*** Data extract ***
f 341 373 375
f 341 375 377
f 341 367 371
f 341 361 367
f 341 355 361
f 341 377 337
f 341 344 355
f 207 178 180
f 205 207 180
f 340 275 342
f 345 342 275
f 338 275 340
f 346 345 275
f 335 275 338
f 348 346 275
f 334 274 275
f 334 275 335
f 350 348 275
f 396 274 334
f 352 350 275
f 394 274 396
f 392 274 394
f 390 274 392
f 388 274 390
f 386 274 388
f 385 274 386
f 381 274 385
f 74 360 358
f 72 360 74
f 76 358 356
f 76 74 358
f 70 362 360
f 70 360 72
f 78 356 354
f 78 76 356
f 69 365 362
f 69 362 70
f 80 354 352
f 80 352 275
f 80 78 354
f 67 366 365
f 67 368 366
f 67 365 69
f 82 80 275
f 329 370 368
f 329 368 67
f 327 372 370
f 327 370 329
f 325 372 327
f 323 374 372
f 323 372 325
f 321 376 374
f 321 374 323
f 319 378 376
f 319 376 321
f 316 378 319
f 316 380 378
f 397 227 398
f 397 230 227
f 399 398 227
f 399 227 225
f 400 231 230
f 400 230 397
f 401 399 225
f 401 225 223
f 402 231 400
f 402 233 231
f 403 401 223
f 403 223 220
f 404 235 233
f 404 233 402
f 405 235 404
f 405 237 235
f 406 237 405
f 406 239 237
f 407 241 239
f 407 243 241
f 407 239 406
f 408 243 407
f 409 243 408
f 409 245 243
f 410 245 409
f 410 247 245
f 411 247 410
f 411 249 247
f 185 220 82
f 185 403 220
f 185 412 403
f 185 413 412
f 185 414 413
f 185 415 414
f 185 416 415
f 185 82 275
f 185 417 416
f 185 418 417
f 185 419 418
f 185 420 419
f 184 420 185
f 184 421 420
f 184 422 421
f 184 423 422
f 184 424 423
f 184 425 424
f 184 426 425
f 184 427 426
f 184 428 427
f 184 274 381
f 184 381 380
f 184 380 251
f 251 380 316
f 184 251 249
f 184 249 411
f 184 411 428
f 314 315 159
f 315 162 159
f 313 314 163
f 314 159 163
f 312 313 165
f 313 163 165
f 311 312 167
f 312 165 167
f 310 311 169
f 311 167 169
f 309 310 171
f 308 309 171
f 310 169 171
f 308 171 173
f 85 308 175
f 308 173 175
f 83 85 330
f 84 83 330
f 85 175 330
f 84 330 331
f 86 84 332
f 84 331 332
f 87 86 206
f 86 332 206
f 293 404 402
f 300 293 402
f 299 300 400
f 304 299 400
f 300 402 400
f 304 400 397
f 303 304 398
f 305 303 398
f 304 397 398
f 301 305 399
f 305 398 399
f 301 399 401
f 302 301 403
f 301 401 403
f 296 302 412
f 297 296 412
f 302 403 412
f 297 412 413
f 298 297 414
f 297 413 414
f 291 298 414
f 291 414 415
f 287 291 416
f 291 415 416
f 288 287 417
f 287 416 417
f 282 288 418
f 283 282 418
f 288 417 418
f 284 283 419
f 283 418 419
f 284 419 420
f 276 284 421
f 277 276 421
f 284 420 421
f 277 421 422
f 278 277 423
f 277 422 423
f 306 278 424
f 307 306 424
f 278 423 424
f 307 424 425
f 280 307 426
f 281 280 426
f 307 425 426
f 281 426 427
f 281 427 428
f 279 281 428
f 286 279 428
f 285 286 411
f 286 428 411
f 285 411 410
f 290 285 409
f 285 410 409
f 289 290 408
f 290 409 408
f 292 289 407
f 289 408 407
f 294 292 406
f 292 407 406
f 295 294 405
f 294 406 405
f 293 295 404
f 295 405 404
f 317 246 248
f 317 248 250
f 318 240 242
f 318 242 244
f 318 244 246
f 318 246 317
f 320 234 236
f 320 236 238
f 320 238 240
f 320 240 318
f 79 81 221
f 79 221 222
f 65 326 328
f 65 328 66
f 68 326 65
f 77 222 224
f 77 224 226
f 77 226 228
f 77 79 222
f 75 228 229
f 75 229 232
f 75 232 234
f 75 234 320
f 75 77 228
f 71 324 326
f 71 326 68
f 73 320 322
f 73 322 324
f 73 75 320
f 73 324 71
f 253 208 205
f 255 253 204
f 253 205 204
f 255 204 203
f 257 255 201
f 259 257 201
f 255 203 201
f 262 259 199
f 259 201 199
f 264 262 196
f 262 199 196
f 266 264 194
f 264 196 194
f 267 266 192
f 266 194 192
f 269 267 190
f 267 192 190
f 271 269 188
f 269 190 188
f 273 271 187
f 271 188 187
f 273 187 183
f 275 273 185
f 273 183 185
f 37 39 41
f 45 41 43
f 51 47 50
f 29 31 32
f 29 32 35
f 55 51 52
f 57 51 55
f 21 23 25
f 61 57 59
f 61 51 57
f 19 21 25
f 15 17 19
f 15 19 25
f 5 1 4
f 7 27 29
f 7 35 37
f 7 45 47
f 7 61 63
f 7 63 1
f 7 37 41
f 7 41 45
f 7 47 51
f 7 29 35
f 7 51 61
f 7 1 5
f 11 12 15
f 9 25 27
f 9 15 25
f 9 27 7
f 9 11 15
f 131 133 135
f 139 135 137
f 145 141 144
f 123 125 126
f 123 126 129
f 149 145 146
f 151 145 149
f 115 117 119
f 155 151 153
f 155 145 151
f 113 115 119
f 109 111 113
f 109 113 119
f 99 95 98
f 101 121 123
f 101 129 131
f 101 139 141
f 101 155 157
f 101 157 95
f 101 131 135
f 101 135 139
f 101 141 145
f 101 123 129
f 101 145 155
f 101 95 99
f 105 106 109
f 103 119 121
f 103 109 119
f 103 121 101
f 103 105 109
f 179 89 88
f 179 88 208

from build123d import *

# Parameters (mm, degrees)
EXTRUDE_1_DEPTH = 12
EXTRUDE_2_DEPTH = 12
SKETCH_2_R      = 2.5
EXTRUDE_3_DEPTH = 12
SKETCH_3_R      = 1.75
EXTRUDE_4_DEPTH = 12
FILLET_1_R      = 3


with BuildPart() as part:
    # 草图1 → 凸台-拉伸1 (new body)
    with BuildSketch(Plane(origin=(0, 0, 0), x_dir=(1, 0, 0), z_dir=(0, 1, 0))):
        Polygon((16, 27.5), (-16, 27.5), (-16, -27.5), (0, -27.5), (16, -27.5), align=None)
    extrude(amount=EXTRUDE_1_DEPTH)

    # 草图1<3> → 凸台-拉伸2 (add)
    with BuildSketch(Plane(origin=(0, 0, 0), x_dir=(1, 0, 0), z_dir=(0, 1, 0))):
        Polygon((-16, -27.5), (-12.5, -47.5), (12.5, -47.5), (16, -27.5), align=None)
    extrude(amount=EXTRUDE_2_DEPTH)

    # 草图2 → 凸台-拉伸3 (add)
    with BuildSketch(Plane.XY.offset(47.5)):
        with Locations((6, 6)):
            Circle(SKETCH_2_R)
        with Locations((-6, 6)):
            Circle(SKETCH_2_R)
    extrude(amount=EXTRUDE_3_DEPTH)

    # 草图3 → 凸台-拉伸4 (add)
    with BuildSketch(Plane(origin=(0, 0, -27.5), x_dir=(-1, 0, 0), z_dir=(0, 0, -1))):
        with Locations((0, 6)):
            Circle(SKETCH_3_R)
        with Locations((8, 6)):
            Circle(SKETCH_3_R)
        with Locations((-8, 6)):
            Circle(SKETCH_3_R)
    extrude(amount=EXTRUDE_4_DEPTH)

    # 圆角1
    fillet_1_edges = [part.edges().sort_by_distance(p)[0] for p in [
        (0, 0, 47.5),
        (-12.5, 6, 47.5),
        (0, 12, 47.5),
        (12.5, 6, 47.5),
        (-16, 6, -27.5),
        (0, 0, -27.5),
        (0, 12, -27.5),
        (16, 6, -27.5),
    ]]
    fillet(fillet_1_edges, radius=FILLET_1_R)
*** End of Data extract ***
*** Data extract ***
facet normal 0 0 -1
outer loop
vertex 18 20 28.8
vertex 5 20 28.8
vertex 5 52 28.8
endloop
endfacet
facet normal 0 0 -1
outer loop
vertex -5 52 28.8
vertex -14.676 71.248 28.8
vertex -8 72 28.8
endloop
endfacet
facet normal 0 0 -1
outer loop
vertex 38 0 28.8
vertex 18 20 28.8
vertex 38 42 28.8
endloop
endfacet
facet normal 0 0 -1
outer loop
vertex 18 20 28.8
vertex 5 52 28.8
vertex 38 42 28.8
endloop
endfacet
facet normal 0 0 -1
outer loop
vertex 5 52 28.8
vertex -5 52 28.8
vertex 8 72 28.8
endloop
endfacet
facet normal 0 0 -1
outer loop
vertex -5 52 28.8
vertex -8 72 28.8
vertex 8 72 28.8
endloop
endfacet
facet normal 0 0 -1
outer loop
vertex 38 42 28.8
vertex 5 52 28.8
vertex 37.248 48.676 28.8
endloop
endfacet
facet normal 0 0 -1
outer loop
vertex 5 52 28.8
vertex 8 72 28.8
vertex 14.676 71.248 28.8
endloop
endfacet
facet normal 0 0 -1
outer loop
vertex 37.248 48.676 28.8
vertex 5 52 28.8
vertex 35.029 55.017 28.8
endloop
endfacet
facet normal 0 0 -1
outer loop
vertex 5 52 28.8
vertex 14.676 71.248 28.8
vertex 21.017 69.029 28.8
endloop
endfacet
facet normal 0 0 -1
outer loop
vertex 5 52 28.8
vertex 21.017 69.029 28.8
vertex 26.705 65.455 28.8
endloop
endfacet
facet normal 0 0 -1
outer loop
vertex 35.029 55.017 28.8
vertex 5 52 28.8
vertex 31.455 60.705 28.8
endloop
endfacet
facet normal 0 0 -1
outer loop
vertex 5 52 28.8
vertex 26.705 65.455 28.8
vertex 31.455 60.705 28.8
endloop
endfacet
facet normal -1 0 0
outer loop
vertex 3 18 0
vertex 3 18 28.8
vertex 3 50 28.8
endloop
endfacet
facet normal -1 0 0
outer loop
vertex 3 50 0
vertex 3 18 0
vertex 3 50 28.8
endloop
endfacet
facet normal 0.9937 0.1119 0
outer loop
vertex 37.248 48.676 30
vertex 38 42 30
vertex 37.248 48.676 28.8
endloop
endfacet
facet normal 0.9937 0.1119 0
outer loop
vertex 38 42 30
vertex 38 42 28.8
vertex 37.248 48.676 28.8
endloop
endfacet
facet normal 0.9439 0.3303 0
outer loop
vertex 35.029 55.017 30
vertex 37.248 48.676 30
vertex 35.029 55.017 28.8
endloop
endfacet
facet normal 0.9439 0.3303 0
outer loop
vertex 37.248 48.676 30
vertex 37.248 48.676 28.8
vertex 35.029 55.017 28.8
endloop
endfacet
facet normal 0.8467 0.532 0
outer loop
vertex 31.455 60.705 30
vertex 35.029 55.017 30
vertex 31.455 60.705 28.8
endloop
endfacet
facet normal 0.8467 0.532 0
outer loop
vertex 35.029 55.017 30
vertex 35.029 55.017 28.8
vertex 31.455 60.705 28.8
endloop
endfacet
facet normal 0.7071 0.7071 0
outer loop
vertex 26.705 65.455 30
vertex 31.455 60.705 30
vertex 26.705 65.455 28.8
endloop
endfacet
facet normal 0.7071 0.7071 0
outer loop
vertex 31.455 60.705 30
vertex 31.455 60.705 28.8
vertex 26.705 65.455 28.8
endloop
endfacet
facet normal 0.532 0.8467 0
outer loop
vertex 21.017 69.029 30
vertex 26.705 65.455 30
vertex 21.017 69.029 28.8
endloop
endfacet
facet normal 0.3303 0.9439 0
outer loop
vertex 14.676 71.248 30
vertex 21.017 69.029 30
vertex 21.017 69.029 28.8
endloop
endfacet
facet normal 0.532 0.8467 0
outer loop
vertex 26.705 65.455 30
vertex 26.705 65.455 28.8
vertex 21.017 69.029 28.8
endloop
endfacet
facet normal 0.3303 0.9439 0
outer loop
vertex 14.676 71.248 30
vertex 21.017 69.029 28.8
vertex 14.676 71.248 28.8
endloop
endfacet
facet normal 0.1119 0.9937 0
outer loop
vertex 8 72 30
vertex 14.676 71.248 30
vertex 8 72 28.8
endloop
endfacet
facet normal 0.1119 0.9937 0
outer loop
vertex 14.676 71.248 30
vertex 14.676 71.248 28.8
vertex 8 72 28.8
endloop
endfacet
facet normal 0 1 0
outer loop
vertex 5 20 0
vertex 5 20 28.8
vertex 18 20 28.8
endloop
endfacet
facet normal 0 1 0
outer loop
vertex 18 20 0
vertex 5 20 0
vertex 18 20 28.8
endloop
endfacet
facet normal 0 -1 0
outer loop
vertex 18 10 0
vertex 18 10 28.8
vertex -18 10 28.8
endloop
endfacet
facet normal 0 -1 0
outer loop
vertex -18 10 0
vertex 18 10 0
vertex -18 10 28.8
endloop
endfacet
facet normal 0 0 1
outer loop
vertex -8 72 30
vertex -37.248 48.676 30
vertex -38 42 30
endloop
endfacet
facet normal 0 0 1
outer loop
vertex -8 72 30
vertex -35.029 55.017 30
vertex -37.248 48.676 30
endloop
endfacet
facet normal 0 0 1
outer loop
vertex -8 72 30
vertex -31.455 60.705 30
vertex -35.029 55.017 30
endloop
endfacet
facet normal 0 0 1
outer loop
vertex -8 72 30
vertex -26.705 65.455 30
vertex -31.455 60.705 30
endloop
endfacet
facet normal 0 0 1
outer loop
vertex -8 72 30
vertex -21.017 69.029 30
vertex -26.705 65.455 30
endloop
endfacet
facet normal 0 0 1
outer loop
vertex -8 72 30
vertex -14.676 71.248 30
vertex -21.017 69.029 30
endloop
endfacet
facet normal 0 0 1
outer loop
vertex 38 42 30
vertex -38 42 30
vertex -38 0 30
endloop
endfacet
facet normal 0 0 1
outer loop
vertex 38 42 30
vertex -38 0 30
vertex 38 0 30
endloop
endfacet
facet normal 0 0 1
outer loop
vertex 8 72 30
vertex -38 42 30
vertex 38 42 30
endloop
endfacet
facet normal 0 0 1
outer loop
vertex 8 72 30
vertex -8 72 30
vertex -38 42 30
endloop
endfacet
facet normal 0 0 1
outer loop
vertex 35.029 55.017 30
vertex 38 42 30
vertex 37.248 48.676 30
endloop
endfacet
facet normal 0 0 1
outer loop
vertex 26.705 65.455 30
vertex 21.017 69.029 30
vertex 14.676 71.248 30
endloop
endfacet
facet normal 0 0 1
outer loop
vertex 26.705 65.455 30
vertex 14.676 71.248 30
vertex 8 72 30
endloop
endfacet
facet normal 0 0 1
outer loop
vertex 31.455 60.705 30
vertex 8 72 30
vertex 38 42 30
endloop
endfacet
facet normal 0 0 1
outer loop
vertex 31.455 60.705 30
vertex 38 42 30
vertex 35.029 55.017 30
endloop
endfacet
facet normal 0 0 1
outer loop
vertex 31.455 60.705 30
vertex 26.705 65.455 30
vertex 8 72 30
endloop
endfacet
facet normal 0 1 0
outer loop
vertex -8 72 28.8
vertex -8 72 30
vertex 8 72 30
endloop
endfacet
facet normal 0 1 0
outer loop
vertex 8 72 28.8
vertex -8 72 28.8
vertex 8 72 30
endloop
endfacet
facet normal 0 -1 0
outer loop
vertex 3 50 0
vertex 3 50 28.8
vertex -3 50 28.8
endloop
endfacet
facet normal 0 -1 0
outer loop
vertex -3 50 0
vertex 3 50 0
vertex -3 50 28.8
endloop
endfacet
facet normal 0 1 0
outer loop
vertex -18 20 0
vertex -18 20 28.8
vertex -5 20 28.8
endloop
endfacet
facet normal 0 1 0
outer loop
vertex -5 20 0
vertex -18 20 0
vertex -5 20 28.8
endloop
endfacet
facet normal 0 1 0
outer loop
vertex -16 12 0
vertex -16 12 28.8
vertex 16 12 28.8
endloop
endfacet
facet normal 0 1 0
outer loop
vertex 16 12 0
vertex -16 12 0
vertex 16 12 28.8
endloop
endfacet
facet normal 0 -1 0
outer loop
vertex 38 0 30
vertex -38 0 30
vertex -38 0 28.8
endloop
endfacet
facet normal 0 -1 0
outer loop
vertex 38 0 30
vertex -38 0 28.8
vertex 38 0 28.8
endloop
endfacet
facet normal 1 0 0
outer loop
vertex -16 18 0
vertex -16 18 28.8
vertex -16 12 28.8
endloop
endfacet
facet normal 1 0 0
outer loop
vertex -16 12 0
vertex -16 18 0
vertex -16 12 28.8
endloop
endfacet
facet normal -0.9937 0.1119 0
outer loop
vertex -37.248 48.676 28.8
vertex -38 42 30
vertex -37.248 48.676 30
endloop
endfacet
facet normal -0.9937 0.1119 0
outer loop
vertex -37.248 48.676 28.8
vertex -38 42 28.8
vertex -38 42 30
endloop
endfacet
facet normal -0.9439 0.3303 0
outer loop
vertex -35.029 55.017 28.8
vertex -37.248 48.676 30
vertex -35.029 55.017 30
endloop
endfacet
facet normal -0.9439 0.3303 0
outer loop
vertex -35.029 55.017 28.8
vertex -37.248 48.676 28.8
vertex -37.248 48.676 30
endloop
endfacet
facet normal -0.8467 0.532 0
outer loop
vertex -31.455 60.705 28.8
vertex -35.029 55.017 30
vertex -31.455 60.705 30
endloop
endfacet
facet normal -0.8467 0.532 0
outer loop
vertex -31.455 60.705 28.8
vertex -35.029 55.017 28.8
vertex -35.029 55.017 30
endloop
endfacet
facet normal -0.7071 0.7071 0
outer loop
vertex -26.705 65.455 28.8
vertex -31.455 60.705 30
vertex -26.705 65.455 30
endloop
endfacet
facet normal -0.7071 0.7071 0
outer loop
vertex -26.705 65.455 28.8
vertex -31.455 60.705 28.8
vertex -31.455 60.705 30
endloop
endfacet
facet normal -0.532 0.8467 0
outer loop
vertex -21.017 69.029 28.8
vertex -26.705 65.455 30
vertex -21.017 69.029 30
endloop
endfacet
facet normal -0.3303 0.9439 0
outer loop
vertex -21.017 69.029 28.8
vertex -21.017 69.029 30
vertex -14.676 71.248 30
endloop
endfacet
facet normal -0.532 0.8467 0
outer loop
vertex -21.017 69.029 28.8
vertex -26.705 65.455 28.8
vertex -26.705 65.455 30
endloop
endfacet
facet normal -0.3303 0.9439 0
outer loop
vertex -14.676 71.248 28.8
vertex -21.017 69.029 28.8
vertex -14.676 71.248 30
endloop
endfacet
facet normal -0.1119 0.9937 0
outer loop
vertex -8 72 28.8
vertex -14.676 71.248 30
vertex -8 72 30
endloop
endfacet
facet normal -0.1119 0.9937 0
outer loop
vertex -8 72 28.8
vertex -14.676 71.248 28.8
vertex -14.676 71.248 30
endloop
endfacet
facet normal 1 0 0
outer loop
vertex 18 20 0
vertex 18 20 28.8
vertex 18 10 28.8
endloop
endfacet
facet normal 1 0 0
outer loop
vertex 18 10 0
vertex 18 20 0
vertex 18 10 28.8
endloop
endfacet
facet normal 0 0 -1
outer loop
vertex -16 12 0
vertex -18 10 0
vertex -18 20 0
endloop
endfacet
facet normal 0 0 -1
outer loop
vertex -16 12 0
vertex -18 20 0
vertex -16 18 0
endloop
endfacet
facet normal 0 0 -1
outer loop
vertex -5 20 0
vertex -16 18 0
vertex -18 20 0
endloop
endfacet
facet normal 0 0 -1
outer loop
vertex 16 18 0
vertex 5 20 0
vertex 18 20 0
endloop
*** End of Data extract ***
Exercise details:
Search the material for the word "Locations" and copy every matching line.

Solved problem:
        with Locations((6, 6)):
        with Locations((-6, 6)):
        with Locations((0, 6)):
        with Locations((8, 6)):
        with Locations((-8, 6)):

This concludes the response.